The method is based on the fact that the same HTML5 Canvas element can produce exceptional pixels on a different web browsers, depending on the system on which it was executed.
This happens for several reasons: at the image format level — web browsers uses different image processing engines, export options, compression level, final images may got different hashes even if they are pixel-perfect; at the pixmap level — operating systems use different algorithms and settings for anti-aliasing and sub-pixel rendering. We don’t know all the reasons, but we have already collected more than a thousand unique signatures.
Unlike the other «browser detection» tricks, it deals with many OS features related on graphics environment. Potentially it can be used to identify the video adapter, especially if you are use WebGL profiling, not just Canvas 2D Context. By the way different graphics card drivers can also sometimes affect to regular fonts rendering.
This technique is good to make a unique/trackable signature when it is combined with other common methods, e.g. in systems such as EFF’s Panopticlick or PET’s Fingerprinting.
Much more difficult to obtain specific parameters of the system. It is signature-based, and the problem of signature collection is the main limiting factor why it is not so easy at the moment. We can produce Canvas/WebGL pixmap, and associate its fingerprint with own machine, but we cannot ask each visitor individually about his system and hardware. Certainly, there are ways to get such info: malware, social engineering, mturk, but for now we do not consider them, for now 🙂
First of all, there will be no any ready-to-embed solutions, this is only demo. We are just going to share some snippets how it works under the hood.
Our signatures DB is based on a simple association between «Canvas Fingerprint» and «HTTP User-Agent», so it is very prone to false positives because of the faked headers, etc. If your fingerprint matches one that is stored in database, the program will show you which User-Agents have the same signature. Otherwise, well, your browser seems unique for our modest DB, but we cannot sign you here in any way, because we do not collect signatures from this website.

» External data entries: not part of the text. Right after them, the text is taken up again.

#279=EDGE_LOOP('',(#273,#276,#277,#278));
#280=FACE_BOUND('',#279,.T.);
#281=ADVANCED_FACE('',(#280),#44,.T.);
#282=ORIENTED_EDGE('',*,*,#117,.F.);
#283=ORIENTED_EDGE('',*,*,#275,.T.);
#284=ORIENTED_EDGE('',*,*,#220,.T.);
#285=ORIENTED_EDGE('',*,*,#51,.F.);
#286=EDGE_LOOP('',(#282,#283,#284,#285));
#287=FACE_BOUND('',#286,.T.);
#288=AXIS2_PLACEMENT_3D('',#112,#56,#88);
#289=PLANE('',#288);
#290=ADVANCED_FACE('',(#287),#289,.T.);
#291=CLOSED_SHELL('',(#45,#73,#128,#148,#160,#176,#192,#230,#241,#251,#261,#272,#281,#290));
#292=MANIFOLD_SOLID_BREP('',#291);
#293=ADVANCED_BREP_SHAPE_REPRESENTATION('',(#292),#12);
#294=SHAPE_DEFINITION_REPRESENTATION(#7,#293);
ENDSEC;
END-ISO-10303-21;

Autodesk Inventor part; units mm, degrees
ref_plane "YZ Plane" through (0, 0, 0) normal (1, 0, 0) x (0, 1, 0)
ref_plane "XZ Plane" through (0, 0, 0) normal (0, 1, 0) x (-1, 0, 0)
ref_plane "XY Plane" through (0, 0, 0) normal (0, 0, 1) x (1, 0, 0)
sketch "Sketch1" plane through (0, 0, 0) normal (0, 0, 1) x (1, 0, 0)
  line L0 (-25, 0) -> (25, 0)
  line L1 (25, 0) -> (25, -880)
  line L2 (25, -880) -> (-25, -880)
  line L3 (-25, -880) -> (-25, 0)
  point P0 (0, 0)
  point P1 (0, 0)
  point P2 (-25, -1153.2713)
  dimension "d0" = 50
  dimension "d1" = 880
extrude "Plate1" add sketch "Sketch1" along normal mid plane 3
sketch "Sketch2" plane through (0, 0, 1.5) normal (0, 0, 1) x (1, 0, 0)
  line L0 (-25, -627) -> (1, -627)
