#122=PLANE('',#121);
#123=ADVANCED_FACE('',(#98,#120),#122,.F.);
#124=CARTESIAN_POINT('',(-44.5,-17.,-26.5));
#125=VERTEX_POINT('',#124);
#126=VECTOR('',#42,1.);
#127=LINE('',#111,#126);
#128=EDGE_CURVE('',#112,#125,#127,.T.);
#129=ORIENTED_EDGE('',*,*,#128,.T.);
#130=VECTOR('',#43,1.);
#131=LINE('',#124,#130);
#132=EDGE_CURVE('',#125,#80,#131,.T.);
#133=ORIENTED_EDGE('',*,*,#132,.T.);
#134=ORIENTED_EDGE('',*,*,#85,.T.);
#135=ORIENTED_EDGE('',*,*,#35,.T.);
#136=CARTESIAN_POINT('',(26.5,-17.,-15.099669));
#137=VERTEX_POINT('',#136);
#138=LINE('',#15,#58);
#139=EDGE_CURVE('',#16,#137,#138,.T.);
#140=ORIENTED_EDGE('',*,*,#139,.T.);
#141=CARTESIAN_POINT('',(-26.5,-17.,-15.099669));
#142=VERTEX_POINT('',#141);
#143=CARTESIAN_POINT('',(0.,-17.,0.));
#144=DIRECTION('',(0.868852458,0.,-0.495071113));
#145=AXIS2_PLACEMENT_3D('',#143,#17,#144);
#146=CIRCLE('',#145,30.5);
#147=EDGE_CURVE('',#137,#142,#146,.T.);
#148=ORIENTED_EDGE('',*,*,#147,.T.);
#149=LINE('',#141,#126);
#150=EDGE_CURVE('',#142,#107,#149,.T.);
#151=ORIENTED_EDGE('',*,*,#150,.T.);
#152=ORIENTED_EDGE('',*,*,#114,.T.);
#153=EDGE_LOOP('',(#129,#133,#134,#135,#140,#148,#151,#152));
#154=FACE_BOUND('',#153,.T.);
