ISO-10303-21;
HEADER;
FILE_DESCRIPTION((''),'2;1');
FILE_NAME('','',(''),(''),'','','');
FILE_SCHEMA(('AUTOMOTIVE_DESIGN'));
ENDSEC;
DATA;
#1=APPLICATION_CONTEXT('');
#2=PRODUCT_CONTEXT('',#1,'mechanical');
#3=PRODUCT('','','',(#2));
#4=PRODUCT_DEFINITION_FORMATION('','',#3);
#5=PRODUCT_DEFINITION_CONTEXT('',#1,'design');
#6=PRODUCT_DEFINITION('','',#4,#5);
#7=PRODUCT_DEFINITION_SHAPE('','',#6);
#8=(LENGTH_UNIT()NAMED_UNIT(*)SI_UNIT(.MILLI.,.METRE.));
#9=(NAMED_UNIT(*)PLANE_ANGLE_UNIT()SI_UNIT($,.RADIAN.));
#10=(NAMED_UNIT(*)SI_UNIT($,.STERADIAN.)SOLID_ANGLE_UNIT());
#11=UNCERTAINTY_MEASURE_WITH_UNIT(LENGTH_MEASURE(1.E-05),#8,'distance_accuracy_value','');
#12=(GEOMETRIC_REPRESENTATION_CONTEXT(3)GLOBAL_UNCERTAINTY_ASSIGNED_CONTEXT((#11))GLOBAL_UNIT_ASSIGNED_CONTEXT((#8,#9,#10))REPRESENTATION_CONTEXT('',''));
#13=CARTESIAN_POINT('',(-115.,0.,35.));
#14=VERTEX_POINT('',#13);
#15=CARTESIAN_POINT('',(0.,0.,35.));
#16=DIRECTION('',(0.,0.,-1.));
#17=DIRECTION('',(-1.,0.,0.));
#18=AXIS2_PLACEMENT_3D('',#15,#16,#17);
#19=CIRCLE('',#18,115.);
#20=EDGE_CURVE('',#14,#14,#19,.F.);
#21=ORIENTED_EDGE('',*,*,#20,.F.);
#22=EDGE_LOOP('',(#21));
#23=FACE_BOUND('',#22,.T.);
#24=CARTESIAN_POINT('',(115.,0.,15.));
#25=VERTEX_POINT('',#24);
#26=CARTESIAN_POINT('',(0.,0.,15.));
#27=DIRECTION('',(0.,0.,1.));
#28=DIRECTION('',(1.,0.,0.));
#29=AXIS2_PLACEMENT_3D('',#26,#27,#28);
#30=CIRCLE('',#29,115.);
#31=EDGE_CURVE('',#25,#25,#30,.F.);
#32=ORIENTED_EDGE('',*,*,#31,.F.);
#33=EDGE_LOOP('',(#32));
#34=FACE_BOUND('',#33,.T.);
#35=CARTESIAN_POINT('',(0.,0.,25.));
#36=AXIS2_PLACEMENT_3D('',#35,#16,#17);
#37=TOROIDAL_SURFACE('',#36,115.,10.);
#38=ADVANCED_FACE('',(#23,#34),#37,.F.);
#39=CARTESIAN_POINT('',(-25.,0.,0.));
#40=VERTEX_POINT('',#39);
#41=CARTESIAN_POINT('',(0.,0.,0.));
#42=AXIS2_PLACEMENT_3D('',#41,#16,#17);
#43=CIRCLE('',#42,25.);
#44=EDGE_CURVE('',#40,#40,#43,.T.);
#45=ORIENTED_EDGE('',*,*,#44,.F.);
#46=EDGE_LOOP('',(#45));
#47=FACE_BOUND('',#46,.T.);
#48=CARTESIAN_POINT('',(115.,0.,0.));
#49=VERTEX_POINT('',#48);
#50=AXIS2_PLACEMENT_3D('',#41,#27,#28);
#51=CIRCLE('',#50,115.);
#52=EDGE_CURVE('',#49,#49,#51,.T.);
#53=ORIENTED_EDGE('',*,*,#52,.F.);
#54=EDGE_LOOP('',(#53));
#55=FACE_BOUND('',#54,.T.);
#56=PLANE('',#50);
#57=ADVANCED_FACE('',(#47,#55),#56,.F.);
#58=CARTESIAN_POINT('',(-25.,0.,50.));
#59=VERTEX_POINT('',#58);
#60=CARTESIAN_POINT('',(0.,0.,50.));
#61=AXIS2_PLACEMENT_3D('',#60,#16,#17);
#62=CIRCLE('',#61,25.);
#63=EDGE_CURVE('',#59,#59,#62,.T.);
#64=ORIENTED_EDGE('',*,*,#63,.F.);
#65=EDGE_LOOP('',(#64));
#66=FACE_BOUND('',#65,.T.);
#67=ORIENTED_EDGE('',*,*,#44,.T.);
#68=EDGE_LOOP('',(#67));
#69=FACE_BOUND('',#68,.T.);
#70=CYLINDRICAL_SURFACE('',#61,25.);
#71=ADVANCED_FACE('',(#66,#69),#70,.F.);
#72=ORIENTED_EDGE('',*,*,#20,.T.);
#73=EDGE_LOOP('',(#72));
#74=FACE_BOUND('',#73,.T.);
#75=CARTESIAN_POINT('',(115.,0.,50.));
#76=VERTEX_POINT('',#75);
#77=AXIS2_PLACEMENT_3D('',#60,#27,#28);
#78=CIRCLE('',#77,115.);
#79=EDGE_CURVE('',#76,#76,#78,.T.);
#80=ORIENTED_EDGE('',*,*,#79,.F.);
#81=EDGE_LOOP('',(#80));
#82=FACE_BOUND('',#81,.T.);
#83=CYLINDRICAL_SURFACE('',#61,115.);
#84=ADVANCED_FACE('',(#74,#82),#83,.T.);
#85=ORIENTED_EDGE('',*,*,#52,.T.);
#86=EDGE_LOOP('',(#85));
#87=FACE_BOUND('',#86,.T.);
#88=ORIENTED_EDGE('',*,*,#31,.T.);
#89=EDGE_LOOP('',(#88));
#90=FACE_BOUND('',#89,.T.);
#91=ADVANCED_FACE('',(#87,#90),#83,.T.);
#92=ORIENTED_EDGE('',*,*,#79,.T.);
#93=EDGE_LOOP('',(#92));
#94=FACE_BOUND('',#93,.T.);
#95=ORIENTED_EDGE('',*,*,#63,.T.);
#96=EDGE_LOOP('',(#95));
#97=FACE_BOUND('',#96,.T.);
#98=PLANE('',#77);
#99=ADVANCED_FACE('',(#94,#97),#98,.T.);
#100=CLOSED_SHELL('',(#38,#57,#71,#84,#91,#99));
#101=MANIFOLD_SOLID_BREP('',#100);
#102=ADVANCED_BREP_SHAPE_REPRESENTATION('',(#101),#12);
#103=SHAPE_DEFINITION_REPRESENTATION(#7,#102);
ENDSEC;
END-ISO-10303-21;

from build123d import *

# Parameters (mm, degrees)
SKETCH1_R           = 115
BOSS_EXTRUDE1_DEPTH = 50
SKETCH2_R           = 10
SKETCH3_R           = 25
CUT_EXTRUDE1_DEPTH  = 171.146995272


with BuildPart() as part:
    # Sketch1 → Boss-Extrude1 (new body)
    with BuildSketch(Plane.XY):
        Circle(SKETCH1_R)
    extrude(amount=BOSS_EXTRUDE1_DEPTH)

    # Sketch2 → Cut-Revolve1 (revolve, cut)
    with BuildSketch(Plane(origin=(0, 0, 0), x_dir=(0, 0, -1), z_dir=(1, 0, 0)), mode=Mode.PRIVATE) as cut_revolve1_sk:
        with Locations((-25, 115)):
            Circle(SKETCH2_R)
    revolve(cut_revolve1_sk.sketch.rotate(Axis((0, 0, 0), (0, 0, 1)), 90), axis=Axis((0, 0, 0), (0, 0, 1)), mode=Mode.SUBTRACT)

    # Sketch3 → Cut-Extrude1 (cut, through all)
    with BuildSketch(Plane(origin=(0, 0, 0), x_dir=(-1, 0, 0), z_dir=(0, 0, -1))):
        Circle(SKETCH3_R)
    extrude(amount=-CUT_EXTRUDE1_DEPTH, mode=Mode.SUBTRACT)


solid = part.part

Here is the javascript code that produce the pixels:
// text with lowercase/uppercase/punctuation symbols var txt = "BrowserLeaks,com <canvas> 1.0"; ctx.textBaseline = "top"; // the most common type ctx.font = "14px 'Arial'"; ctx.textBaseline = "alphabetic"; ctx.fillStyle = "#f60"; ctx.fillRect(125,1,62,20); // some tricks for color mixing ctx.fillStyle = "#069"; ctx.fillText(txt, 2, 15); ctx.fillStyle = "rgba(102, 204, 0, 0.7)"; ctx.fillText(txt, 4, 17); // more explanation? see the Further Reading below...

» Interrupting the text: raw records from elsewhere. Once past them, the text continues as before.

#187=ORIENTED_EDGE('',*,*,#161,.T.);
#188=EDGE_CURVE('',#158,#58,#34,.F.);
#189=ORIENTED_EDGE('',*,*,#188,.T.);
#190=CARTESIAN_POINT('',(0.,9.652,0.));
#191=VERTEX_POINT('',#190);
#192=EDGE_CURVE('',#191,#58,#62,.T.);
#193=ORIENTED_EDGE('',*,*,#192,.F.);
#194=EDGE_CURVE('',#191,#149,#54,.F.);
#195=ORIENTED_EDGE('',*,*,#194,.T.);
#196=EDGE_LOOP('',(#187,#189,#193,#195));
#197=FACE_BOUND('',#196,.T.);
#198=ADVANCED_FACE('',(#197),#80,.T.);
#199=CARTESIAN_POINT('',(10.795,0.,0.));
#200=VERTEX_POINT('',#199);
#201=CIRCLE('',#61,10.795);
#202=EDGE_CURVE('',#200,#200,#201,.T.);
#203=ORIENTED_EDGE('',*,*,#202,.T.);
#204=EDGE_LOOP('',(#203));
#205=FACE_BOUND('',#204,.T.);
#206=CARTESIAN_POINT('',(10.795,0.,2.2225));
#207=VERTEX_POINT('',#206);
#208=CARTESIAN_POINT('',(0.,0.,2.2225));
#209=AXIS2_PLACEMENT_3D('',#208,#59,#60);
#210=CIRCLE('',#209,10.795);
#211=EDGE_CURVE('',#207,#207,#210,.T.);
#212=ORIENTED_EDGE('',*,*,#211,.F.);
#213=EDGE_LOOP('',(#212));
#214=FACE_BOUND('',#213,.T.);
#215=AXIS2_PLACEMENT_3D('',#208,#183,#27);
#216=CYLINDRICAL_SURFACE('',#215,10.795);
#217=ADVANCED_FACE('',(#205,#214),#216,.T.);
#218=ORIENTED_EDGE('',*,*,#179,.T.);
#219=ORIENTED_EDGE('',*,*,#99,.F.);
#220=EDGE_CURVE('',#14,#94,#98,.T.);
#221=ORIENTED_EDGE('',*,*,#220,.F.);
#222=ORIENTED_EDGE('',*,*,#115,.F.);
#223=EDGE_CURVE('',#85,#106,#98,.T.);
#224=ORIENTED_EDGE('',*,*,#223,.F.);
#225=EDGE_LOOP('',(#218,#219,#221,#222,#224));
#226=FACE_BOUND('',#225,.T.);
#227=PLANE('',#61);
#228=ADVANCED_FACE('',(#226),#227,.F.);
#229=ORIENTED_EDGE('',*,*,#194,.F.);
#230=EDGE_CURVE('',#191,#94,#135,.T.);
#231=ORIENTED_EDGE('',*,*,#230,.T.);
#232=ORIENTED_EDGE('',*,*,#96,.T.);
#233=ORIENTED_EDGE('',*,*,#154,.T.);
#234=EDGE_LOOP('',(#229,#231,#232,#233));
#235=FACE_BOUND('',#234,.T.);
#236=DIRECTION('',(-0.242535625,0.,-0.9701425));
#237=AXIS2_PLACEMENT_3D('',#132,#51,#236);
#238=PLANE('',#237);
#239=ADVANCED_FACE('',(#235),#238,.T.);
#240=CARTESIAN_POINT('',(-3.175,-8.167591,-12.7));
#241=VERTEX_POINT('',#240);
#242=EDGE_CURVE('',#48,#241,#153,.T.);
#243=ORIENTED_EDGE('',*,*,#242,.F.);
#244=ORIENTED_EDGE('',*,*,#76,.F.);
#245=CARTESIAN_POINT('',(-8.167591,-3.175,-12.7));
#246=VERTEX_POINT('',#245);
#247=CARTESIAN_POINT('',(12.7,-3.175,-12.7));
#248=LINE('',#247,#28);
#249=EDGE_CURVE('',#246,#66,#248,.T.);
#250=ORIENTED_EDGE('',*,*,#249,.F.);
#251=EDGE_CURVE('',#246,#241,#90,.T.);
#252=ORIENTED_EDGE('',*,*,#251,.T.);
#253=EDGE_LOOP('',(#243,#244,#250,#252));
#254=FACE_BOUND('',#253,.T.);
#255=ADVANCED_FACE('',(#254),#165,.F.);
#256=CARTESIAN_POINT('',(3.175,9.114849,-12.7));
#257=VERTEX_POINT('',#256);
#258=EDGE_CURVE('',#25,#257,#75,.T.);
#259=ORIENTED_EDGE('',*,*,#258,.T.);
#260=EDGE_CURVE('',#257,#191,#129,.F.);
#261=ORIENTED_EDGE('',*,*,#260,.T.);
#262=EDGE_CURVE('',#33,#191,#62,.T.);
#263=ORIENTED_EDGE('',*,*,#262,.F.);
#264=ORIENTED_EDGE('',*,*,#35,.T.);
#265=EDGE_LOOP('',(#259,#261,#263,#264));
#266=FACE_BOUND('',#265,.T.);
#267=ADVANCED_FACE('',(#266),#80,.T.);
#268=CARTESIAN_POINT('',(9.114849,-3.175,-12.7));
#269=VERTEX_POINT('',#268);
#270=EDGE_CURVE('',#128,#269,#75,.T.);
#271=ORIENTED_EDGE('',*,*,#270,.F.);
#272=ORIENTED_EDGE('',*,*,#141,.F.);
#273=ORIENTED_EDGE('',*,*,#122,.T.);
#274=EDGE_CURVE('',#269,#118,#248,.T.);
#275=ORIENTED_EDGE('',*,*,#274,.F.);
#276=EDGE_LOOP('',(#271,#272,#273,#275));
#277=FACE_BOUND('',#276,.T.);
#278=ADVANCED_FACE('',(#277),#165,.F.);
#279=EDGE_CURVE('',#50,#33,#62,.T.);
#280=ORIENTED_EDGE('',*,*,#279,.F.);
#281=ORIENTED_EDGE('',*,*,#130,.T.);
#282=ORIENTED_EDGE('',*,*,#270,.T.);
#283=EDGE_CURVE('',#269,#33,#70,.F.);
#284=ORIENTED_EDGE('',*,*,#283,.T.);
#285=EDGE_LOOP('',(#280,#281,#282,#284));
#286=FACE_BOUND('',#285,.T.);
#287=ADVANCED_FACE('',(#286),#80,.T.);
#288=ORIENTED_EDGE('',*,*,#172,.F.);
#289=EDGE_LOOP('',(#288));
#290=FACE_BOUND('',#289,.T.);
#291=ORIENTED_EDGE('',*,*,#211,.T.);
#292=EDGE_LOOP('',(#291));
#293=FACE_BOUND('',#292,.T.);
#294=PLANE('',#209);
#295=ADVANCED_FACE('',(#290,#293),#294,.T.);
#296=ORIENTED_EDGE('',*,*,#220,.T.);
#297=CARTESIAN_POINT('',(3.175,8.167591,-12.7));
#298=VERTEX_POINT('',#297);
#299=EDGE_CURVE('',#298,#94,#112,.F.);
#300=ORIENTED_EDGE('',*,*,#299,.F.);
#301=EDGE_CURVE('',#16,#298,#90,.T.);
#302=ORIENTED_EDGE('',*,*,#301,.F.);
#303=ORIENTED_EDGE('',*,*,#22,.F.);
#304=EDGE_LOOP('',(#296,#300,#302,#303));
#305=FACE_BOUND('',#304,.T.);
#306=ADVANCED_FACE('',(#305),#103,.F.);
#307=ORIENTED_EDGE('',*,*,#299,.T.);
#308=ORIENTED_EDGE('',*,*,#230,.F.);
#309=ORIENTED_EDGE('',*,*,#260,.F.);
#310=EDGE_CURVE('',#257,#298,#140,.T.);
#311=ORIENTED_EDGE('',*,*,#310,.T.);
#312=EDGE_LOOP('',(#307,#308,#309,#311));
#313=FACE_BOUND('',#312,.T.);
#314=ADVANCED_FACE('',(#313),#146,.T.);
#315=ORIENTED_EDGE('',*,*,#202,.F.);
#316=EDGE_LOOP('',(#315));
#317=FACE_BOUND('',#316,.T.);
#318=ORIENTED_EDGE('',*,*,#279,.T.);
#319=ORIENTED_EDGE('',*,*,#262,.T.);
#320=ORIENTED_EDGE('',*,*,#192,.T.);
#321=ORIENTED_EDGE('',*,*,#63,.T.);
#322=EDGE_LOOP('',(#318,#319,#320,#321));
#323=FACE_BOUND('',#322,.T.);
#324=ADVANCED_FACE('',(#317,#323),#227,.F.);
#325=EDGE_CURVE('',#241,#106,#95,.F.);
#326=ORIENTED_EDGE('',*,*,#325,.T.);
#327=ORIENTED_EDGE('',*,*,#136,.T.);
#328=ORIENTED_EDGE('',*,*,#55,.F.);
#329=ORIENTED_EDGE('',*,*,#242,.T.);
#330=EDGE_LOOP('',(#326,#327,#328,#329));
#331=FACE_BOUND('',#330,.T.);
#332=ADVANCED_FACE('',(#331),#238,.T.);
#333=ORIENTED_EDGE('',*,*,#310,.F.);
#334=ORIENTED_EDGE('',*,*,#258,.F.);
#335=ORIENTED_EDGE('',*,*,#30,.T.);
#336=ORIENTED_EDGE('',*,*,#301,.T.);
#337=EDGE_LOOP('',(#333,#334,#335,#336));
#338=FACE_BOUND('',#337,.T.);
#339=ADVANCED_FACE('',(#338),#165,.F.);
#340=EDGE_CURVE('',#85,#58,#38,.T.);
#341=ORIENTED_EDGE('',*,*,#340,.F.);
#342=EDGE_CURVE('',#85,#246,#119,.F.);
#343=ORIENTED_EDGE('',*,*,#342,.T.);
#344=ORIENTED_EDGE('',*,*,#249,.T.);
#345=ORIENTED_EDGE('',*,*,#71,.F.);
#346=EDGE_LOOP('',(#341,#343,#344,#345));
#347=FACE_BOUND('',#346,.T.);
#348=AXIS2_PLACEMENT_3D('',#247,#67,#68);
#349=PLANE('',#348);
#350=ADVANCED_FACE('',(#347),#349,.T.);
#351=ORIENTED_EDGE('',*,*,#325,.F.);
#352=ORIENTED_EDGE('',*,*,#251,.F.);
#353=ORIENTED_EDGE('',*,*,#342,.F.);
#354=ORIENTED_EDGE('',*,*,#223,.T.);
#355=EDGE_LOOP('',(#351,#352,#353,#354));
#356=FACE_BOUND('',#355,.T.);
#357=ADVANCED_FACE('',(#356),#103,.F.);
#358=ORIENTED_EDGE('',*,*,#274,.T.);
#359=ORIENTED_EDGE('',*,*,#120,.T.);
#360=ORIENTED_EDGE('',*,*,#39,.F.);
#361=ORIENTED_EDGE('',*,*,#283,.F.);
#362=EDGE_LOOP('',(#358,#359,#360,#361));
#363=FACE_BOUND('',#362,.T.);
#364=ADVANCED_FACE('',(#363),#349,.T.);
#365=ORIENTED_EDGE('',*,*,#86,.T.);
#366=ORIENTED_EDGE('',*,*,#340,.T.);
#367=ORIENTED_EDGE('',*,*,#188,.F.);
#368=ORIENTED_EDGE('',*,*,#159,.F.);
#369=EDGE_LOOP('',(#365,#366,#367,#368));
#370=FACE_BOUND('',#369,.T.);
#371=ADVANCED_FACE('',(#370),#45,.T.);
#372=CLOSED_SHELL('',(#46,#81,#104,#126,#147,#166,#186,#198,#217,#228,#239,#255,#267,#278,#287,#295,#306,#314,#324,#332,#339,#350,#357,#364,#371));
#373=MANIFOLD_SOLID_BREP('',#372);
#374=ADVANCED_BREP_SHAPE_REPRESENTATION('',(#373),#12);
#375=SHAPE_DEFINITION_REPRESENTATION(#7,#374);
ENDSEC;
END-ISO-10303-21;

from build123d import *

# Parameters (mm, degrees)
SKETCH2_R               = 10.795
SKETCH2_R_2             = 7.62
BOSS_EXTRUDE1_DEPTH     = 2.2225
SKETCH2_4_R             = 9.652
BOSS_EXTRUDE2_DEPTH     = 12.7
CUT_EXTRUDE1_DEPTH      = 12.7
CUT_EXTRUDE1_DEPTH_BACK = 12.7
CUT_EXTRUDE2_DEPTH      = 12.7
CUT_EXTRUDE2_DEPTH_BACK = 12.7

To create a signature from the canvas, we must export the pixels from the application’s memory using the toDataURL() method, which will return the base64-encoded string of the binary image file. Then we can just create MD5 hash of this string.
But for the PoC we came up with a slightly more interesting decision. As we know, PNG files is divided into chunks, and last part of each chunk is a 32-bit CRC checksum calculated on the preceding bytes. So all we need is to extract the IDAT CRC — that will be the browser fingerprint:
// code is simple but we must provide some conversion functions
// it is still less and faster than md5
function bin2hex (s) {
// ... bin-to-hex conversion code ...
}
if (typeof window.atob == "undefined") {
function atob(a) {
// IE9 still has not atob() function (base64-to-binary)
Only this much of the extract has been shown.